If you’ve come across a dataset in your machine learning endeavors which has more than one feature, you’d have also heard of a concept called Feature Selection. Today, we’re going to find out what it is and why we need it.
When a dataset has too many features, it would not be ideal to include all of them in our machine learning model. Some features may be irrelevant for the independent variable. For example, if you are going to predict how much it would cost to crush a car, and the features you’re given are:
- the dimensions of the car
- if the car will be delivered to the crusher or the company has to go pick it up
- if the car has any fuel in the tank
- the color of the car
you can kind of assume that the color of the car is not going to influence the cost of crushing it, at least I hope so. So, it doesn’t make sense to include that feature in the model and make it more complex than it needs to be. It would be wise to eliminate this feature completely.

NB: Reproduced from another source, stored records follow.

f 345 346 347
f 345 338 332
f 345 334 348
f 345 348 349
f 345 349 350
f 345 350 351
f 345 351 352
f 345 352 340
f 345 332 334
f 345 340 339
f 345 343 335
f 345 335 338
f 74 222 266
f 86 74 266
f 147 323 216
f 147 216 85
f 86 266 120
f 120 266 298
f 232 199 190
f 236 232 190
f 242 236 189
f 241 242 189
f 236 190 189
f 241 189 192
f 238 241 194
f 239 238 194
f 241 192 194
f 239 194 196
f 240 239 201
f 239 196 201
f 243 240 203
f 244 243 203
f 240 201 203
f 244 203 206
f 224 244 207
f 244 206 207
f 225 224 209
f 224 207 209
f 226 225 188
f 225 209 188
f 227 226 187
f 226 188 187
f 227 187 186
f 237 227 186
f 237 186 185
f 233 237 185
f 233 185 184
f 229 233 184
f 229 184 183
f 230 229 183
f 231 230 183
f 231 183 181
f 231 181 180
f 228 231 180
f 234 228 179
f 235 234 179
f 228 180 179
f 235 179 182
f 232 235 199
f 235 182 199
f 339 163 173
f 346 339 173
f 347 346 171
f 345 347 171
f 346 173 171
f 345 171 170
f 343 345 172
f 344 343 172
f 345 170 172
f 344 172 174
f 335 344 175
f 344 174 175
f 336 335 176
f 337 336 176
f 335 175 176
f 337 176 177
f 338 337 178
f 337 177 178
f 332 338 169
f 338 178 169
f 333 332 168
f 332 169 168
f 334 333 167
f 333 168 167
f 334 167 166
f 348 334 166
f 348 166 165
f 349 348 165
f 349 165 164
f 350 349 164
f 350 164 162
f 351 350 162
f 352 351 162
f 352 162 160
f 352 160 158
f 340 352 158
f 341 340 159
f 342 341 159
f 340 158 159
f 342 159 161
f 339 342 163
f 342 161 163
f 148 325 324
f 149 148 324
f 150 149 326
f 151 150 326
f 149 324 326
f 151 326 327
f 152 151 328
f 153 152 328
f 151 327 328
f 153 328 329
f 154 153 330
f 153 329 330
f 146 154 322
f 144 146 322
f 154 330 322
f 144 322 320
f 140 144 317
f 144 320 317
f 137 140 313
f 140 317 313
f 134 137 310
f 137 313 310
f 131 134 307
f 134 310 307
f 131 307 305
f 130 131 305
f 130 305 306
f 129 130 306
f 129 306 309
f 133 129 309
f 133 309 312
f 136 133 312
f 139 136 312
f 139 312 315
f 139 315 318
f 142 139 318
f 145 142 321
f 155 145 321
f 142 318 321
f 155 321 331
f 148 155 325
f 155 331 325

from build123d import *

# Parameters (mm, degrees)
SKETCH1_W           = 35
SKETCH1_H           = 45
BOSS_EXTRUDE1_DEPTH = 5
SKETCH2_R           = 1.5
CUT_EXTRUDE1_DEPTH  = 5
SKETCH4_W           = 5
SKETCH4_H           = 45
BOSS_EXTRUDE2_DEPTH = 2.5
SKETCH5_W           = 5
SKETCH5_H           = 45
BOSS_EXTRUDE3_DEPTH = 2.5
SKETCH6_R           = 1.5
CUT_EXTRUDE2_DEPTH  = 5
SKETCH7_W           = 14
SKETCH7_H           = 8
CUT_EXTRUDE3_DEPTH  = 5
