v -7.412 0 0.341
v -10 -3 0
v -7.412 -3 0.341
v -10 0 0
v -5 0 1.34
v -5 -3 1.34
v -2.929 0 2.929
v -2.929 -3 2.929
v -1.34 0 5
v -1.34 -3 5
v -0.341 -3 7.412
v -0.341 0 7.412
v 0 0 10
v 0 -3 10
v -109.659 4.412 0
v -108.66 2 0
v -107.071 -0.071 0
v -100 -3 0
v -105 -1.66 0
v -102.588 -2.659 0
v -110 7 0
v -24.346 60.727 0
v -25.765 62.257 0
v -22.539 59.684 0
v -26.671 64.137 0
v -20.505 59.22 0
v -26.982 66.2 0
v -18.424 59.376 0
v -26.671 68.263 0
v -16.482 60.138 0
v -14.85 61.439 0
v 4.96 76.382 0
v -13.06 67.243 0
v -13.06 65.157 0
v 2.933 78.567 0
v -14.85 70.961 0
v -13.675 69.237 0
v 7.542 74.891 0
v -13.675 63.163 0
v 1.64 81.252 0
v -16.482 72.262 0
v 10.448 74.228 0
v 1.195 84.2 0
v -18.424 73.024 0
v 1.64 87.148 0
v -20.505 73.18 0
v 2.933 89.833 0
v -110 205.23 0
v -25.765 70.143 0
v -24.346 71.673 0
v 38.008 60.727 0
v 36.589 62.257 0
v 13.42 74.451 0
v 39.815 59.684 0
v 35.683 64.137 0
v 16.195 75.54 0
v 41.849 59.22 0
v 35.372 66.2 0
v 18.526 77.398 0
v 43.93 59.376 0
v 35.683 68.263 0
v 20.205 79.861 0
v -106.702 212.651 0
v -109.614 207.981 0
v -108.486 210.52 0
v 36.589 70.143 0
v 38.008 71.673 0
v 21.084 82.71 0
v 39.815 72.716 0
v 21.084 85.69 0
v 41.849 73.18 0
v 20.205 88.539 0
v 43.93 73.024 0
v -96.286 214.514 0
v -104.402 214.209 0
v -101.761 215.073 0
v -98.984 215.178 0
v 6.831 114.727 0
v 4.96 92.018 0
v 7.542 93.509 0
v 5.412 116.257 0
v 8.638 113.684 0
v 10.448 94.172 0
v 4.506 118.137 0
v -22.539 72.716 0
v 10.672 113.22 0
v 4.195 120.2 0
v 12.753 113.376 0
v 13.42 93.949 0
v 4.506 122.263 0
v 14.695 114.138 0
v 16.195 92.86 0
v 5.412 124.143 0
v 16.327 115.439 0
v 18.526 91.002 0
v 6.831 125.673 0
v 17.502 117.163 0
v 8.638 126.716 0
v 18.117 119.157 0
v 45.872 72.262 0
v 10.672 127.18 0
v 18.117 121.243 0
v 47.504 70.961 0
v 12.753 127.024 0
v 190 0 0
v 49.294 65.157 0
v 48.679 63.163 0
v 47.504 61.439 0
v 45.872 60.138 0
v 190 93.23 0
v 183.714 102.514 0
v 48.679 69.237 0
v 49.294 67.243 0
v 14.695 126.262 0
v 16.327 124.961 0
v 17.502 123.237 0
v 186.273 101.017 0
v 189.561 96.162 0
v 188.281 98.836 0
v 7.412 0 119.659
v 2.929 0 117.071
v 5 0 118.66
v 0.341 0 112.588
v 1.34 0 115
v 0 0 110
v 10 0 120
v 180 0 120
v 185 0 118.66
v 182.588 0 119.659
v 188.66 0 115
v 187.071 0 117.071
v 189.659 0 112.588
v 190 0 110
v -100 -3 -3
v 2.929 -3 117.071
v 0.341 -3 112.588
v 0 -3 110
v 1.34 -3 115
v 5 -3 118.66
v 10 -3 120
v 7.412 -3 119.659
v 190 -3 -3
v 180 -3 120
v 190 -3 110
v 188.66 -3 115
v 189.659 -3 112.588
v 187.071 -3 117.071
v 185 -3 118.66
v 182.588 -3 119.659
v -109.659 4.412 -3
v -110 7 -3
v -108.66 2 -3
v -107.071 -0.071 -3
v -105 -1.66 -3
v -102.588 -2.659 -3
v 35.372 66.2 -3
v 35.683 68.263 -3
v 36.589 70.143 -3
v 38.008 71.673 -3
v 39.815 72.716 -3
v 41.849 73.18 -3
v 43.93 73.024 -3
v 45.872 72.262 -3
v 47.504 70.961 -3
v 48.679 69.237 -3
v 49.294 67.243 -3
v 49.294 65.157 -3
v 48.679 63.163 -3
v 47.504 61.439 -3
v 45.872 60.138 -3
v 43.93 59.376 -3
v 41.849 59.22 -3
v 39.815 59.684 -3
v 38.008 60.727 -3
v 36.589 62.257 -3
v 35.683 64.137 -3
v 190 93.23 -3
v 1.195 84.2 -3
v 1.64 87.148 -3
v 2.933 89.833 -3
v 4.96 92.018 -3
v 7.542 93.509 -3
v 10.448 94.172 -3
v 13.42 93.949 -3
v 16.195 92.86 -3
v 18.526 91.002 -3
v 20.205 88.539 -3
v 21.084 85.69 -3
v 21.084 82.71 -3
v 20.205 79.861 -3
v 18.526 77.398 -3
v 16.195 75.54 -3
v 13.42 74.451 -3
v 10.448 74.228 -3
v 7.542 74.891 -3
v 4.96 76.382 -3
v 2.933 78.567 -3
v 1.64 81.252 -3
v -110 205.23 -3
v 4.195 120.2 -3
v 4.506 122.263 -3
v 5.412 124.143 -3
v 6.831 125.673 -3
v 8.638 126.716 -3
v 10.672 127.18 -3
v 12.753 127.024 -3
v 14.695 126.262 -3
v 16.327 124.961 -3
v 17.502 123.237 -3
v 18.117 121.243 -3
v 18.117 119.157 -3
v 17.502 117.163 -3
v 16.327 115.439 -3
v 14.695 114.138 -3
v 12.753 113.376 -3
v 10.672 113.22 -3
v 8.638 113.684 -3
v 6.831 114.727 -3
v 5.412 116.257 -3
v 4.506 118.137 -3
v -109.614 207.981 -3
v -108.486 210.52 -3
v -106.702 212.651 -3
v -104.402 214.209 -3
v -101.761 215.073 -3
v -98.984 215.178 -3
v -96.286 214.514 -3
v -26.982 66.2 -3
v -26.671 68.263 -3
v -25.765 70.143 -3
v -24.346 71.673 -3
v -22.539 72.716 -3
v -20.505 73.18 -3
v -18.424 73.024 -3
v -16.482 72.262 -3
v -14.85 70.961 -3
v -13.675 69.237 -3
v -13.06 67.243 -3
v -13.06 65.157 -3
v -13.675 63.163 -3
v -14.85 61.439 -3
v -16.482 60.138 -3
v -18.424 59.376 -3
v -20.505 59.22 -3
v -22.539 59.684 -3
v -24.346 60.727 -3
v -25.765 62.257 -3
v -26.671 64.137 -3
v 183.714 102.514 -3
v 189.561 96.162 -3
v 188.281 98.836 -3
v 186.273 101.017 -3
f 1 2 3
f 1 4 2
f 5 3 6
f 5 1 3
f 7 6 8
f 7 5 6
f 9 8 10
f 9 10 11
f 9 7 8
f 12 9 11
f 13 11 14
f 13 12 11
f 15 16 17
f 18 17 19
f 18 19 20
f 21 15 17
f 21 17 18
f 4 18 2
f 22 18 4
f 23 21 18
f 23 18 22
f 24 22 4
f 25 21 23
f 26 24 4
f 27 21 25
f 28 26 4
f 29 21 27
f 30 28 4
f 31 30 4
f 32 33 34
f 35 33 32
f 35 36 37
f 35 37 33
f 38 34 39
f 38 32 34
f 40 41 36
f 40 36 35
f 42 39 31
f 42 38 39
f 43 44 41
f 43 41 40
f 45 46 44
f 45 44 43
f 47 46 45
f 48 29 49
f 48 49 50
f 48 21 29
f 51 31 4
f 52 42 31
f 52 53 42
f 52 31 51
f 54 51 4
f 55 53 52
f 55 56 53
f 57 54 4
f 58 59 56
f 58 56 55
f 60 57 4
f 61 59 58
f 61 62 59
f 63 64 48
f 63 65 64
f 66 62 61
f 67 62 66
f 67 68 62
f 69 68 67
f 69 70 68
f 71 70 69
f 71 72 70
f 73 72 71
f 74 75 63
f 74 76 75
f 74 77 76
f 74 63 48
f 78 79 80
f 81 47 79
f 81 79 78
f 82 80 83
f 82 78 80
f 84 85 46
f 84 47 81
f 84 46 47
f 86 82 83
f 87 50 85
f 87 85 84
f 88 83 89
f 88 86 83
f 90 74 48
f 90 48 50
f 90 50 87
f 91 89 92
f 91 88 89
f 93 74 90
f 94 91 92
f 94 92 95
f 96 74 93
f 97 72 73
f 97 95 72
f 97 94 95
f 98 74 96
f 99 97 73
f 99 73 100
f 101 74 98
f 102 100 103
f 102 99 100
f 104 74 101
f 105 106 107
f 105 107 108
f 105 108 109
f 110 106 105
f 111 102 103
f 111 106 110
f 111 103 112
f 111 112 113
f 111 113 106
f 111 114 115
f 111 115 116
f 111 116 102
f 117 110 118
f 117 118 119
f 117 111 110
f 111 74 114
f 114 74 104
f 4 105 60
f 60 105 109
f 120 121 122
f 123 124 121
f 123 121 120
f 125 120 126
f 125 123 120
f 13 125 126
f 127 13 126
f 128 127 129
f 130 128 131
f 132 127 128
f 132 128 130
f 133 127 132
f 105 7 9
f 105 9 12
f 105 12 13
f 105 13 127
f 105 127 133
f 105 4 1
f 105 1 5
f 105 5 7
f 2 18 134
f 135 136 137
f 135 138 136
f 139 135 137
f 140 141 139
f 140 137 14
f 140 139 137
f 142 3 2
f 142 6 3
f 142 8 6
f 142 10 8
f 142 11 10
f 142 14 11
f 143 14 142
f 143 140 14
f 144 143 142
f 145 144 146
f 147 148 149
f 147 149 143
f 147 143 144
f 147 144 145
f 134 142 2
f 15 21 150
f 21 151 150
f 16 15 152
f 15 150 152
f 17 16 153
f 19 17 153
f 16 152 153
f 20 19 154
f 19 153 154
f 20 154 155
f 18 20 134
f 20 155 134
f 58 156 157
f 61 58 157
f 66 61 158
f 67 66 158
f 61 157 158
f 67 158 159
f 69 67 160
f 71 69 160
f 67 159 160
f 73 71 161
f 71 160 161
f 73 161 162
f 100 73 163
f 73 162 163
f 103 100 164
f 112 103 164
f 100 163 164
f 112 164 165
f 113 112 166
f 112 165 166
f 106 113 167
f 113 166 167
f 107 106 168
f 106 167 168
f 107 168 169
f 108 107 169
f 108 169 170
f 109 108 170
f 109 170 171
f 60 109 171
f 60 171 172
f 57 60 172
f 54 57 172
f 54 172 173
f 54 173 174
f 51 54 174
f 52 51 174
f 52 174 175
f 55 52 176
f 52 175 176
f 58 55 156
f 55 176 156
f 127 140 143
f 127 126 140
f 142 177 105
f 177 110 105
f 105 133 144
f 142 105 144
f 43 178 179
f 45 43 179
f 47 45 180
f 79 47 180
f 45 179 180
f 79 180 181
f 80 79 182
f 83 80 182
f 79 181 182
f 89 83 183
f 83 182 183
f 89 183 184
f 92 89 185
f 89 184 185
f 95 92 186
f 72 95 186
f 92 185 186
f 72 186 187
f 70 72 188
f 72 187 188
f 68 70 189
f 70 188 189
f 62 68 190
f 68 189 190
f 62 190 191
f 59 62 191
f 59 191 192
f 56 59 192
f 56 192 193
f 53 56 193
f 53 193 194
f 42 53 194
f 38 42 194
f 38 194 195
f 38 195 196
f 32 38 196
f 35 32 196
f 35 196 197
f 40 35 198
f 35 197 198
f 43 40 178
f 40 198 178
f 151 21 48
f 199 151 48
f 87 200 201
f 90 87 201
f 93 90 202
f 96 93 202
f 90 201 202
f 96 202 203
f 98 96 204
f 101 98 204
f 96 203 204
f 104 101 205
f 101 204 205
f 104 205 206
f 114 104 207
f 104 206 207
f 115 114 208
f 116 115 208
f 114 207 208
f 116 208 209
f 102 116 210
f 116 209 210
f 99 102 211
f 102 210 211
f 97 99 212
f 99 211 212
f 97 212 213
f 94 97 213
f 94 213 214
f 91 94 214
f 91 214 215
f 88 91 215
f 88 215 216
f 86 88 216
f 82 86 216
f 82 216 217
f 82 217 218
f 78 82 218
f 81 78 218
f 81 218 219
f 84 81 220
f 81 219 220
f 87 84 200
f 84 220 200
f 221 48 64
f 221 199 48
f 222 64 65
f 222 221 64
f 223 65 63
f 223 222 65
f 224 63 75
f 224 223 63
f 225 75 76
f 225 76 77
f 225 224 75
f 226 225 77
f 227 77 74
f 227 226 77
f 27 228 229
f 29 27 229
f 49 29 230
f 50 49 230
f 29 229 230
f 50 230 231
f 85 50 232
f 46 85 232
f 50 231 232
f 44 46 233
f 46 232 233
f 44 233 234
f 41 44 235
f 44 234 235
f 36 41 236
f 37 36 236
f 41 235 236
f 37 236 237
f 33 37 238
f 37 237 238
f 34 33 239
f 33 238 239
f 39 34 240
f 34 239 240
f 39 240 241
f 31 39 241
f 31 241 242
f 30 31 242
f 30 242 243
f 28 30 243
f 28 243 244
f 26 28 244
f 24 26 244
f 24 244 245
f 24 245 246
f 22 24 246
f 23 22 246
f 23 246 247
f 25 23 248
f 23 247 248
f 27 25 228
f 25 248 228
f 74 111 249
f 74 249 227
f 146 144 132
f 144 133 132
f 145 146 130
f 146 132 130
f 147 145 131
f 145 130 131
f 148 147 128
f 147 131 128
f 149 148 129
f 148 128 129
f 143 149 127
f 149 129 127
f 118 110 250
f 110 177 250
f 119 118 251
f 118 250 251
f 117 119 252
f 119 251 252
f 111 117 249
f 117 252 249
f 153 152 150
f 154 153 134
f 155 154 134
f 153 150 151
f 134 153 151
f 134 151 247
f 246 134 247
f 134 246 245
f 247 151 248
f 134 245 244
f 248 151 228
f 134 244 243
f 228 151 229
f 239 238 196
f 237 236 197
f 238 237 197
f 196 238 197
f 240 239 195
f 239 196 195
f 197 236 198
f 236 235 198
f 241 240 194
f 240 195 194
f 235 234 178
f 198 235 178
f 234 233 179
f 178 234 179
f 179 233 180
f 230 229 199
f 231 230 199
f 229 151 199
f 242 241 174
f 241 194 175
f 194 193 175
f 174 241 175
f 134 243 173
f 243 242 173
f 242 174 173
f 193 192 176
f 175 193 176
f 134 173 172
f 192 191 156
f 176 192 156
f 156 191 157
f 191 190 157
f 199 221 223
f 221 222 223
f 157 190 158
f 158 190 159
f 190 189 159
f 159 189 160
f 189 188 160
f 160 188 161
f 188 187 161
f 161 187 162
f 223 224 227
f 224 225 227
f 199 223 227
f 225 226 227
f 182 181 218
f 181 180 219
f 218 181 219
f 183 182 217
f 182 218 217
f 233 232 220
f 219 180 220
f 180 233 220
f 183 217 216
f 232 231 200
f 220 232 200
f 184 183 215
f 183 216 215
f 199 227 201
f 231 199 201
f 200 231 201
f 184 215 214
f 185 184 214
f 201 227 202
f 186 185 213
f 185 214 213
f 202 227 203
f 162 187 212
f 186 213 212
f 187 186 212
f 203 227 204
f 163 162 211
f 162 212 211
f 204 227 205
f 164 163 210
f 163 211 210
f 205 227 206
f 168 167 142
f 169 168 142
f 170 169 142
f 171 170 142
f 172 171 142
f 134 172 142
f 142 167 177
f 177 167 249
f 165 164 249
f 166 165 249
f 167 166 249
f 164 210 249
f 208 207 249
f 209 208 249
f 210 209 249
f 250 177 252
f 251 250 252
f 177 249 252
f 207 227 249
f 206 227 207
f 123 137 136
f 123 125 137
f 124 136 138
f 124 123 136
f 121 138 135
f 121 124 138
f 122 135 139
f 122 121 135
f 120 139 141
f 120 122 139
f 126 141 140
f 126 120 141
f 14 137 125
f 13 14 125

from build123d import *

# Parameters (mm, degrees)
SKETCH1_W           = 190
SKETCH1_H           = 3
EXTRUDE_THIN1_DEPTH = 120
BOSS_EXTRUDE1_DEPTH = 3
FILLET2_R           = 10
SKETCH4_R           = 7
SKETCH4_R_2         = 10
CUT_EXTRUDE1_DEPTH  = 3


with BuildPart() as part:
    # Sketch1 → Extrude-Thin1 (new body)
    with BuildSketch(Plane.XY):
        with Locations((95, -1.5)):
            Rectangle(SKETCH1_W, SKETCH1_H)
    extrude(amount=EXTRUDE_THIN1_DEPTH)

    # Sketch3 → Boss-Extrude1 (add)
    with BuildSketch(Plane(origin=(0, 0, 0), x_dir=(-1, 0, 0), z_dir=(0, 0, -1))):
        Polygon((-190, 0), (-190, 100), (110, 220), (110, 0), (110, -3), (-190, -3), align=None)
    extrude(amount=BOSS_EXTRUDE1_DEPTH)

    # Fillet2
    fillet2_edges = [part.edges().sort_by_distance(p)[0] for p in [
        (0, -1.5, 120),
        (-110, -3, -1.5),
        (-110, 220, -1.5),
        (190, 100, -1.5),
        (0, -1.5, 0),
        (190, -1.5, 120),
    ]]
    fillet(fillet2_edges, radius=FILLET2_R)

    # Sketch4 → Cut-Extrude1 (cut)
    with BuildSketch(Plane(origin=(0, 0, -3), x_dir=(-1, 0, 0), z_dir=(0, 0, -1))):
        with Locations((-42.372187551, 66.2)):
            Circle(SKETCH4_R)
        with Locations((19.981641522, 66.2)):
            Circle(SKETCH4_R)
        with Locations((-11.195273015, 120.2)):
            Circle(SKETCH4_R)
        with Locations((-11.195273015, 84.2)):
            Circle(SKETCH4_R_2)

So, in essence, we use feature selection to remove any kind of unnecessary, irrelevant, or redundant features from the dataset, which will not help in improving the accuracy of the model, but might actually reduce the accuracy.
In their book, “An Introduction to Variable and Feature Selection,” Guyon and Elisseeff write:
The objective of variable selection is three-fold: improving the prediction performance of the predictors, providing faster and more cost-effective predictors, and providing a better understanding of the underlying process that generated the data.
Feature selection is also known as variable selection and attribute selection. But most people easily confuse feature selection with dimensionality reduction. Its true that both of these help in reducing the features in a dataset, but the difference lies in how they approach this. Dimensionality reduction reduces the number of features by creating new features as combinations of existing ones. So all the features are still present in a way, but the total number of features is reduced. But in feature selection, we either retain a feature or remove it completely from the dataset.
In the next few posts, we’ll see more about feature selection, including a few algorithms.